In my personal study I tend to write the interval as $ds$ when I am using the (-+++) convention and $d\tau$ when I am using (+---). That helps me keep things straight in my mind. I haven't seen anyone else do that, so there is probably a problem with it.

I'm pretty sure Susskind does that in his lectures.

 

[Dale]

I'm pretty sure Susskind does that in his lectures.

That may be where I picked it up. I have seen those lectures several years ago.

 

[dextercioby]

OK, this is unbelievable. Out of all 10 volumes, I happen to also have the version of 6 that is in Russian. When I turn to the same page where the problems occur, the signs all make sense! In the Russian edition, $u^i u_i = 1$ and there is a negative sign in front of the pressure term. Здорово!

I just discovered the Spanish translation which starts with the opposite convention (!) $g_{00} = -1, g_{11} = g_{22} = g_{33} = +1$. Then indeed, $u^i u_i = -1$ and there's a plus in the pressure term. I don't have the original Russian - where you claim the metric is opposite (mostly minus), but I find it odd that people who translate books make changes to the original content.

 

[vanhees71]

In the German 5th edition (1991) everything is correct and in the west-coast formalism.
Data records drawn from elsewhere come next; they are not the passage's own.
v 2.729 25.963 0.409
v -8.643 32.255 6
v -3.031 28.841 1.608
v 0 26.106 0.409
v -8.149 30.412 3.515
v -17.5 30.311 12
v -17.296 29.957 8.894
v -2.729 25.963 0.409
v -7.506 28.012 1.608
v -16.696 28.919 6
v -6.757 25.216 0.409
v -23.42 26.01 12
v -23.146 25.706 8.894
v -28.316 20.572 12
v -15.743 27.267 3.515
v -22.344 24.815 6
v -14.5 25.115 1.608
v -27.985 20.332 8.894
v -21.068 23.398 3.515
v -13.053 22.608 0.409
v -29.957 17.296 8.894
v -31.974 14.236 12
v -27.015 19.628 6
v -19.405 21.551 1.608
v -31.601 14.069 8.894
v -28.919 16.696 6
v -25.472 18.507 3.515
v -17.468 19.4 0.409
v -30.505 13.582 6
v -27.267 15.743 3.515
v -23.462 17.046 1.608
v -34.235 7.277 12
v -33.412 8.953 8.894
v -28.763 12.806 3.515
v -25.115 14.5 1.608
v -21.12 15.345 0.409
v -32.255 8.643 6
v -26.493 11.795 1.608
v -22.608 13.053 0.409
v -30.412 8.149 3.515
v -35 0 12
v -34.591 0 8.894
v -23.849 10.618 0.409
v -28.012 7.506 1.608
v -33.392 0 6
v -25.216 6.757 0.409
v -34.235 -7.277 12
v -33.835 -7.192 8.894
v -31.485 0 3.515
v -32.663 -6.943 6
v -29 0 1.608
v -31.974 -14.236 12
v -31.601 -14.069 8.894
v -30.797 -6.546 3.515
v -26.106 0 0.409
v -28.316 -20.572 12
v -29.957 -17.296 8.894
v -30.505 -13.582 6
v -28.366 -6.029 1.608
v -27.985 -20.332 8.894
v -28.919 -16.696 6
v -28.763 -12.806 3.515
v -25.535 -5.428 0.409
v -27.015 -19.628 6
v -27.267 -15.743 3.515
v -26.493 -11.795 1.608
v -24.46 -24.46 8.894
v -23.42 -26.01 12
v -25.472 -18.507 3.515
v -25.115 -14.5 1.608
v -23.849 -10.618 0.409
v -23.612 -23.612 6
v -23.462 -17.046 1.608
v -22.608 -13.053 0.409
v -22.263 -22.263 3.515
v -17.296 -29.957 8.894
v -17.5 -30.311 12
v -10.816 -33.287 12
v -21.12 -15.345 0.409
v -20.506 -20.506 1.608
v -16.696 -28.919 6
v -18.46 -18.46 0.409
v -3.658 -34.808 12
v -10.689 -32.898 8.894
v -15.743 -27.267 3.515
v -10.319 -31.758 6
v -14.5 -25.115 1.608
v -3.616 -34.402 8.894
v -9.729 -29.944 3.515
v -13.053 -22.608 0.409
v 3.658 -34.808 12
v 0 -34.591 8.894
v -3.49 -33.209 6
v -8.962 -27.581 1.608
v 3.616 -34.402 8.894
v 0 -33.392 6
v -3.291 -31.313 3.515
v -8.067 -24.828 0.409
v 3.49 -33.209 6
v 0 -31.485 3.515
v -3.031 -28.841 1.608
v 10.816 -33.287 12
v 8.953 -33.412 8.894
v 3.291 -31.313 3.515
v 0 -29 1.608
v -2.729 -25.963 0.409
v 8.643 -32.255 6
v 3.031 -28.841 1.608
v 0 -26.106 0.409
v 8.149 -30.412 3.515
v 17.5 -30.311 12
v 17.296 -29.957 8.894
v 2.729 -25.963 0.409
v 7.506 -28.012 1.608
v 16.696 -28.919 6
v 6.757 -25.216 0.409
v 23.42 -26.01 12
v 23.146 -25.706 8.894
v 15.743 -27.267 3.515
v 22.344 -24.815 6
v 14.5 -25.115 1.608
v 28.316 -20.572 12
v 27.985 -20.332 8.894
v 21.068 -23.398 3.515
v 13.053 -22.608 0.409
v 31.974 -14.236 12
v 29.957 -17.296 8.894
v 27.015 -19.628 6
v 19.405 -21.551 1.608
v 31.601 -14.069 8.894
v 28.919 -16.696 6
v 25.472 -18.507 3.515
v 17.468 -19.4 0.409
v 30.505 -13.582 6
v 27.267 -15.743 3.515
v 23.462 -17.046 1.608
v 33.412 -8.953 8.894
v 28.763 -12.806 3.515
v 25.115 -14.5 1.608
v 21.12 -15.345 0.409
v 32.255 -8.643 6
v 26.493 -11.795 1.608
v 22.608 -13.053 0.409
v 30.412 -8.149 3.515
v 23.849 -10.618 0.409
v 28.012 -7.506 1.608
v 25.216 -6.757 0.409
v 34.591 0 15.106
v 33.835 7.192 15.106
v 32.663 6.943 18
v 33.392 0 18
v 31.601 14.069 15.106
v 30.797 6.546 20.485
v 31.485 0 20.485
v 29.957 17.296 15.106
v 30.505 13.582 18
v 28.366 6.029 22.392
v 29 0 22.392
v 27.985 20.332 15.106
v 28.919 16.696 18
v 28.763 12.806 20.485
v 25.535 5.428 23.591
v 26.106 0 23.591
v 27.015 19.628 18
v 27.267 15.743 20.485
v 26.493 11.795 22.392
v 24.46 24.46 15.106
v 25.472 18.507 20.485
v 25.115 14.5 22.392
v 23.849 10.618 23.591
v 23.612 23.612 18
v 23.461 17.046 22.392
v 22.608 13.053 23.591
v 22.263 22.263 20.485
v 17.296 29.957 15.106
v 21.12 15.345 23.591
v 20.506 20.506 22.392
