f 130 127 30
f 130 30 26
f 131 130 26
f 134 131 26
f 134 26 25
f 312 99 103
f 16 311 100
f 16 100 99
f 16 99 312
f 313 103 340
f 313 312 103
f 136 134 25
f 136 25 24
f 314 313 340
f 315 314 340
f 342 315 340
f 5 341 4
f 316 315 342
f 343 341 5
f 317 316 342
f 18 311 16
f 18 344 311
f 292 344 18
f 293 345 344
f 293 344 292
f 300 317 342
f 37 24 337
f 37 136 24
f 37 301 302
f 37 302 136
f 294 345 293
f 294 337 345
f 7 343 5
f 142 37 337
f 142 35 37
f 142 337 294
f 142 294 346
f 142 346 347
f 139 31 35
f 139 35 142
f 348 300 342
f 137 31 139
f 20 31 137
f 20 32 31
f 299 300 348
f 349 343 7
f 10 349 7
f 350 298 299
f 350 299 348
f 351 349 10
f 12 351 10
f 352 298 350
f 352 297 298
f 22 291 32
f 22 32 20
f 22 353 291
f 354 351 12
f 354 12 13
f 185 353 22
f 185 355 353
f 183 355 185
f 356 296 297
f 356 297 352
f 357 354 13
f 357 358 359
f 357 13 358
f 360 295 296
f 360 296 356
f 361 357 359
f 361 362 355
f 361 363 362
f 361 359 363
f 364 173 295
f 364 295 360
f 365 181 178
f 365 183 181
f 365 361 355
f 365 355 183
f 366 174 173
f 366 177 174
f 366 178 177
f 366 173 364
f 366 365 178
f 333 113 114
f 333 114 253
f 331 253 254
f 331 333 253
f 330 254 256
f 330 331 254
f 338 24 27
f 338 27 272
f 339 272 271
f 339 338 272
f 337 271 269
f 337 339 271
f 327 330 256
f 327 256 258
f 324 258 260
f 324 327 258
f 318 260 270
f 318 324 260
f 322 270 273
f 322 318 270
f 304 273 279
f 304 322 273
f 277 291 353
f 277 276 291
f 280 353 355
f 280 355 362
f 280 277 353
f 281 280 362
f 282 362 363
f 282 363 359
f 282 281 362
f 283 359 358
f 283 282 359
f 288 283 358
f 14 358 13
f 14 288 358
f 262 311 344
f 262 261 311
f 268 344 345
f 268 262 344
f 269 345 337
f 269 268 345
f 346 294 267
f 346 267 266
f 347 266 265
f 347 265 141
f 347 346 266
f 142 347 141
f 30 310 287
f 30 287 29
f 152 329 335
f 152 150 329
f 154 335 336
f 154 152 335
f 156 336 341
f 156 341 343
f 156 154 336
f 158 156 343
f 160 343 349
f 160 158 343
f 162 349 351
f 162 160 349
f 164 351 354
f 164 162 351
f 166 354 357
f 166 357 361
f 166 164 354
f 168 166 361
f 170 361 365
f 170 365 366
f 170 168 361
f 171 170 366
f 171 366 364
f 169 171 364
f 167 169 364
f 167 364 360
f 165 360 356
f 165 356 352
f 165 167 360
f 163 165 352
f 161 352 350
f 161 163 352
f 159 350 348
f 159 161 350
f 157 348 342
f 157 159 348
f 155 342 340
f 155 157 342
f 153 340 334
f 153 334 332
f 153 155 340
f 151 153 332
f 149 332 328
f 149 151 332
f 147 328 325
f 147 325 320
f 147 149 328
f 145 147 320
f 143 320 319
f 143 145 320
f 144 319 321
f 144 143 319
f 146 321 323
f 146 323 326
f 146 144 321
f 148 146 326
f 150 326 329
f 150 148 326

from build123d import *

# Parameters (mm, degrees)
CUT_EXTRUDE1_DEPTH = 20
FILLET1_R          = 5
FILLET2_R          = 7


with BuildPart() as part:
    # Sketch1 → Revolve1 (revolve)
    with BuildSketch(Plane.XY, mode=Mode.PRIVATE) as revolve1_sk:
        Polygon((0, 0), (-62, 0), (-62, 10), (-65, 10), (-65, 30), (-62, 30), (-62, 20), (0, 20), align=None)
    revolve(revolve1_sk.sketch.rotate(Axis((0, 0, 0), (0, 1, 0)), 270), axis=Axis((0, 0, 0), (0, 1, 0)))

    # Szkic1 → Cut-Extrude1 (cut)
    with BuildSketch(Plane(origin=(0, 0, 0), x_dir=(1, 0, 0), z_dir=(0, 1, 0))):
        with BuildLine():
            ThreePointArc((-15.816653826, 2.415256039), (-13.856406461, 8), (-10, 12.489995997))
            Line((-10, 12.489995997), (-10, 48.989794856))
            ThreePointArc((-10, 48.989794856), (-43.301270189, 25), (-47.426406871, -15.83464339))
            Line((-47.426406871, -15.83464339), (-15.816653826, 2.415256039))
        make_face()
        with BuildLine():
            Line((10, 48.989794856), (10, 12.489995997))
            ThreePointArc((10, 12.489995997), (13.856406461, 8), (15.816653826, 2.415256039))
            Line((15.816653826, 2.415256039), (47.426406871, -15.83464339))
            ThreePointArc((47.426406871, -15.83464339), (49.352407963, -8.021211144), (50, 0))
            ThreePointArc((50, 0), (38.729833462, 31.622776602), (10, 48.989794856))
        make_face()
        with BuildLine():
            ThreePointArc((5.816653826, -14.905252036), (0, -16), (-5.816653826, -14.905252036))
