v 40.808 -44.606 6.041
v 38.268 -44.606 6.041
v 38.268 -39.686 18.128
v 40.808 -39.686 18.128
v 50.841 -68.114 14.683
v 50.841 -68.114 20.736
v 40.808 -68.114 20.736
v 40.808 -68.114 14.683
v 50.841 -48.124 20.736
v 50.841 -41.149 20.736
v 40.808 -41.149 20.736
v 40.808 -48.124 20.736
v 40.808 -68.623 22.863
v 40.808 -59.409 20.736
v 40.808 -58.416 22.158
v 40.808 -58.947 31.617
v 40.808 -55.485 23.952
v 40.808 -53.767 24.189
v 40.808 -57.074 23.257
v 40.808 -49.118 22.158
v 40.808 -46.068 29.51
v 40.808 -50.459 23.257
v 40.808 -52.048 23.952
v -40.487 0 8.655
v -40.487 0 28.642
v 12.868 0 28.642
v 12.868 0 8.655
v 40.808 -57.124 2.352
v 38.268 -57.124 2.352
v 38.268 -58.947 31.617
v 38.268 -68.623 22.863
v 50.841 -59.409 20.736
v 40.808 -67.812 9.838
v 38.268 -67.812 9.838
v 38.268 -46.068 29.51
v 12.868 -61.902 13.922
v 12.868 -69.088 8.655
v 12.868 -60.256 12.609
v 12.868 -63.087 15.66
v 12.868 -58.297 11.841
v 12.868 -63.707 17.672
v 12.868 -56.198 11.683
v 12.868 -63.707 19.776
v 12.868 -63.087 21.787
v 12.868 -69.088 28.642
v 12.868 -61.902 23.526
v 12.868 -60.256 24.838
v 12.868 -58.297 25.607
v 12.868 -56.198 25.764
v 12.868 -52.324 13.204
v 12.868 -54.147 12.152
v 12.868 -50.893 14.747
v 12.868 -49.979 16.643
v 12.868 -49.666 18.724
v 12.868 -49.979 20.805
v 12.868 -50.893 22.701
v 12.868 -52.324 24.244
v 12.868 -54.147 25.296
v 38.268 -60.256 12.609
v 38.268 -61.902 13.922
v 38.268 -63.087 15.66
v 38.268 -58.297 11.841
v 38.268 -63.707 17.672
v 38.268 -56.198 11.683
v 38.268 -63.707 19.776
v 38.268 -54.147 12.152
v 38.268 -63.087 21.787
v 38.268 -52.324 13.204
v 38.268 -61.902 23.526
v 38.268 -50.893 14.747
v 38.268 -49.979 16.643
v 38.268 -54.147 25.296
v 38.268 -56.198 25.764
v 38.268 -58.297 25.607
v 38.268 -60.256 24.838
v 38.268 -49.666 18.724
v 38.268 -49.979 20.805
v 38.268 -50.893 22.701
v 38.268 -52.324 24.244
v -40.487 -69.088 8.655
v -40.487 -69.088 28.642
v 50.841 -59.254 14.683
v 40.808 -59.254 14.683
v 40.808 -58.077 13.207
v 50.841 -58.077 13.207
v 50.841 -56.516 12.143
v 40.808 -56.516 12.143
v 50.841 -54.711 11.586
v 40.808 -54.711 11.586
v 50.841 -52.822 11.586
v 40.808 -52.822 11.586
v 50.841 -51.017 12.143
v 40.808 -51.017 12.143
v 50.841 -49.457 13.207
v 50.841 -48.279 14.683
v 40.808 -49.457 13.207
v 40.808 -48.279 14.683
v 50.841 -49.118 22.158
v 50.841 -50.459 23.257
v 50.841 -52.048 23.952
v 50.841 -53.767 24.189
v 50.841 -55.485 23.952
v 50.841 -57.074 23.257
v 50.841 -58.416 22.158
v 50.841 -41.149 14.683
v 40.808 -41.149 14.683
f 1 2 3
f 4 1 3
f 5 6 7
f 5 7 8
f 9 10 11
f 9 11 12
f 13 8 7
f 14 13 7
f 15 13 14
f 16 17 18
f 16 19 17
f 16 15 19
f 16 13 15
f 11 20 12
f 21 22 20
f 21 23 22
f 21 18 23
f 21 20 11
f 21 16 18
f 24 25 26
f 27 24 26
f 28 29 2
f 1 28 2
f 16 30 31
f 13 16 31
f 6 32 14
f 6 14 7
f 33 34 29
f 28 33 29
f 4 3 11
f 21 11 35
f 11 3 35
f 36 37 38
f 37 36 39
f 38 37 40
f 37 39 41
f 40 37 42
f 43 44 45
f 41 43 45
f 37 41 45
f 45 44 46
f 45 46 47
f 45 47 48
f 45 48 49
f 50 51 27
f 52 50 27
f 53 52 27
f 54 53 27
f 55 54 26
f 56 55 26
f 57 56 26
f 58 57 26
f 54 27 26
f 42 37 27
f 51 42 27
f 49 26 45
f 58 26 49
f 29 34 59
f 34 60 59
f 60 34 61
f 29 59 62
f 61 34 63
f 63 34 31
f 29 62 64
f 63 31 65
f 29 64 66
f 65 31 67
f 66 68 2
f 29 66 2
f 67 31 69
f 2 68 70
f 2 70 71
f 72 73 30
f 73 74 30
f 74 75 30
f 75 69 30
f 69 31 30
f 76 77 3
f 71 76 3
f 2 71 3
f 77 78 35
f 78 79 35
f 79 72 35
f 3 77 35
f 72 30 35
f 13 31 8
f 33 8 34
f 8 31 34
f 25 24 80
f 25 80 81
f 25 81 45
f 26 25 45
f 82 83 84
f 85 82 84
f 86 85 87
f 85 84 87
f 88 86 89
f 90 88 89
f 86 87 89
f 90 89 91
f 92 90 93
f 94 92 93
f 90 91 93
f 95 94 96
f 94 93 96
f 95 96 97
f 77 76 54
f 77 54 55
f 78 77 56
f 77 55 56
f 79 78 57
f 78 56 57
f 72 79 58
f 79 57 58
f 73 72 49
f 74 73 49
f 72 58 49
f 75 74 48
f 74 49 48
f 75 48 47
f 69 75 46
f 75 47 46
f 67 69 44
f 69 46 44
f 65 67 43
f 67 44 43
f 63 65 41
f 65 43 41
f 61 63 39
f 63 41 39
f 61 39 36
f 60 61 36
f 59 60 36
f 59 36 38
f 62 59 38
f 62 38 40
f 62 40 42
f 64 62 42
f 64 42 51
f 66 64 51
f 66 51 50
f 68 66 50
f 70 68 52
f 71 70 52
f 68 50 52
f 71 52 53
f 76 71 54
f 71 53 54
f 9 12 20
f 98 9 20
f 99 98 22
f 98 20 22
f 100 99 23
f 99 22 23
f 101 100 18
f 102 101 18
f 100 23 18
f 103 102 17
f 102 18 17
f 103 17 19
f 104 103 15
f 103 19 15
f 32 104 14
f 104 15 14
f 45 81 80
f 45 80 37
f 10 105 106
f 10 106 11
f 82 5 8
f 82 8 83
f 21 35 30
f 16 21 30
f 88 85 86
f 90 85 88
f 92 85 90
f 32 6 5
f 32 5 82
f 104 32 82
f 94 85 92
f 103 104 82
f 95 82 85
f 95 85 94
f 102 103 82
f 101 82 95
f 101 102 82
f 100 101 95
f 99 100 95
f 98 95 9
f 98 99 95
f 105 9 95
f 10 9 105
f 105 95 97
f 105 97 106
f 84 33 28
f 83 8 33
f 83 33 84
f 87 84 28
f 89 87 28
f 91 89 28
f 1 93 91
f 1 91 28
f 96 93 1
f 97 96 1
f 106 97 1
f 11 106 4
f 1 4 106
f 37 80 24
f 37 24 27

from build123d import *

# Parameters (mm, degrees)
F0_W     = 53.3547988161
F0_H     = 19.9866779149
F1_DEPTH = 69.088
F2_R     = 7.0602732338
F3_DEPTH = 25.4
F5_DEPTH = 2.54
F7_DEPTH = 10.033


with BuildPart() as f1:
    # F0 (on Front) → F1 (new body)
    with BuildSketch(Plane.XZ):
        with Locations((-13.8097074814, 18.6486560851)):
            Rectangle(F0_W, F0_H)
    extrude(amount=F1_DEPTH)

    # F2 (on face) → F3 (join)
    with BuildSketch(Plane.YZ.offset(12.8676919267)):
        with Locations((-56.7260272801, 18.7238119543)):
            Circle(F2_R)
    extrude(amount=F3_DEPTH)

    # F4 (on face) → F5 (join)
    with BuildSketch(Plane.YZ.offset(38.2676919267)):
        Polygon((-46.0683374544, 29.5102504033), (-58.9465306262, 31.6174495083), (-68.6234273353, 22.8626898016), (-67.812126987, 9.838483907), (-57.123555291, 2.3523245085), (-44.6064247416, 6.041442323), (-39.6863899454, 18.1278563919), align=None)
    extrude(amount=F5_DEPTH)

    # F6 (on face) → F7 (join)
    with BuildSketch(Plane.YZ.offset(40.8076919267)):
        with BuildLine():
            ThreePointArc((-59.2542665191, 14.6833357248), (-53.7665337324, 11.5151886184), (-48.2788009457, 14.6833357248))
            Line((-48.2788009457, 14.6833357248), (-59.2542665191, 14.6833357248))
        make_face()
        with BuildLine():
            ThreePointArc((-48.1241693804, 20.7364859485), (-47.6057251813, 19.3354981023), (-47.4296488155, 17.8520735353))
            ThreePointArc((-47.4296488155, 17.8520735353), (-47.6456170701, 16.211802319), (-48.2788009457, 14.6833357248))
            Line((-48.2788009457, 14.6833357248), (-41.1490116824, 14.6833357248))
            Line((-41.1490116824, 14.6833357248), (-41.1490116824, 20.7364859485))
            Line((-41.1490116824, 20.7364859485), (-48.1241693804, 20.7364859485))
        make_face()
        with BuildLine():
            ThreePointArc((-59.2542665191, 14.6833357248), (-60.1013520003, 17.690246581), (-59.4088980844, 20.7364859485))
            Line((-59.4088980844, 20.7364859485), (-68.1139211999, 20.7364859485))
            Line((-68.1139211999, 20.7364859485), (-68.1139211999, 14.6833357248))
            Line((-68.1139211999, 14.6833357248), (-59.2542665191, 14.6833357248))
        make_face()
        with BuildLine():
            Line((-59.4088980844, 20.7364859485), (-48.1241693804, 20.7364859485))
            ThreePointArc((-48.1241693804, 20.7364859485), (-53.7665337324, 24.1889584522), (-59.4088980844, 20.7364859485))
        make_face()
        with BuildLine():
            ThreePointArc((-48.2788009457, 14.6833357248), (-47.6456170701, 16.211802319), (-47.4296488155, 17.8520735353))
            ThreePointArc((-47.4296488155, 17.8520735353), (-47.6057251813, 19.3354981023), (-48.1241693804, 20.7364859485))
            Line((-48.1241693804, 20.7364859485), (-59.4088980844, 20.7364859485))
            ThreePointArc((-59.4088980844, 20.7364859485), (-60.1013520003, 17.690246581), (-59.2542665191, 14.6833357248))
            Line((-59.2542665191, 14.6833357248), (-48.2788009457, 14.6833357248))
        make_face()
    extrude(amount=F7_DEPTH)


solid = f1.part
I personally use the west-coast formalism, because when I started working on the Diploma thesis at GSI, my professor told me: "You can and should do whatever you like, but you must use the west-coast convention, because that's what's done within the institute." This is good, because then at least within your institute you don't have this trouble with different conventions.

I don't see an advantage of the one or the other convention. Perhaps the east-coast convention has a little advantage when it comes to Wick rotations in QFT. The only "nogo convention" I'm aware of is to use $\eta_{\mu \nu}=\delta_{\mu \nu}$ and $x_4=x^4=\mathrm{i} c t$. Then you get totally confused, whether you work in real or imaginary time (because the real-time formalism becomes the one with an imaginary time component ;-)).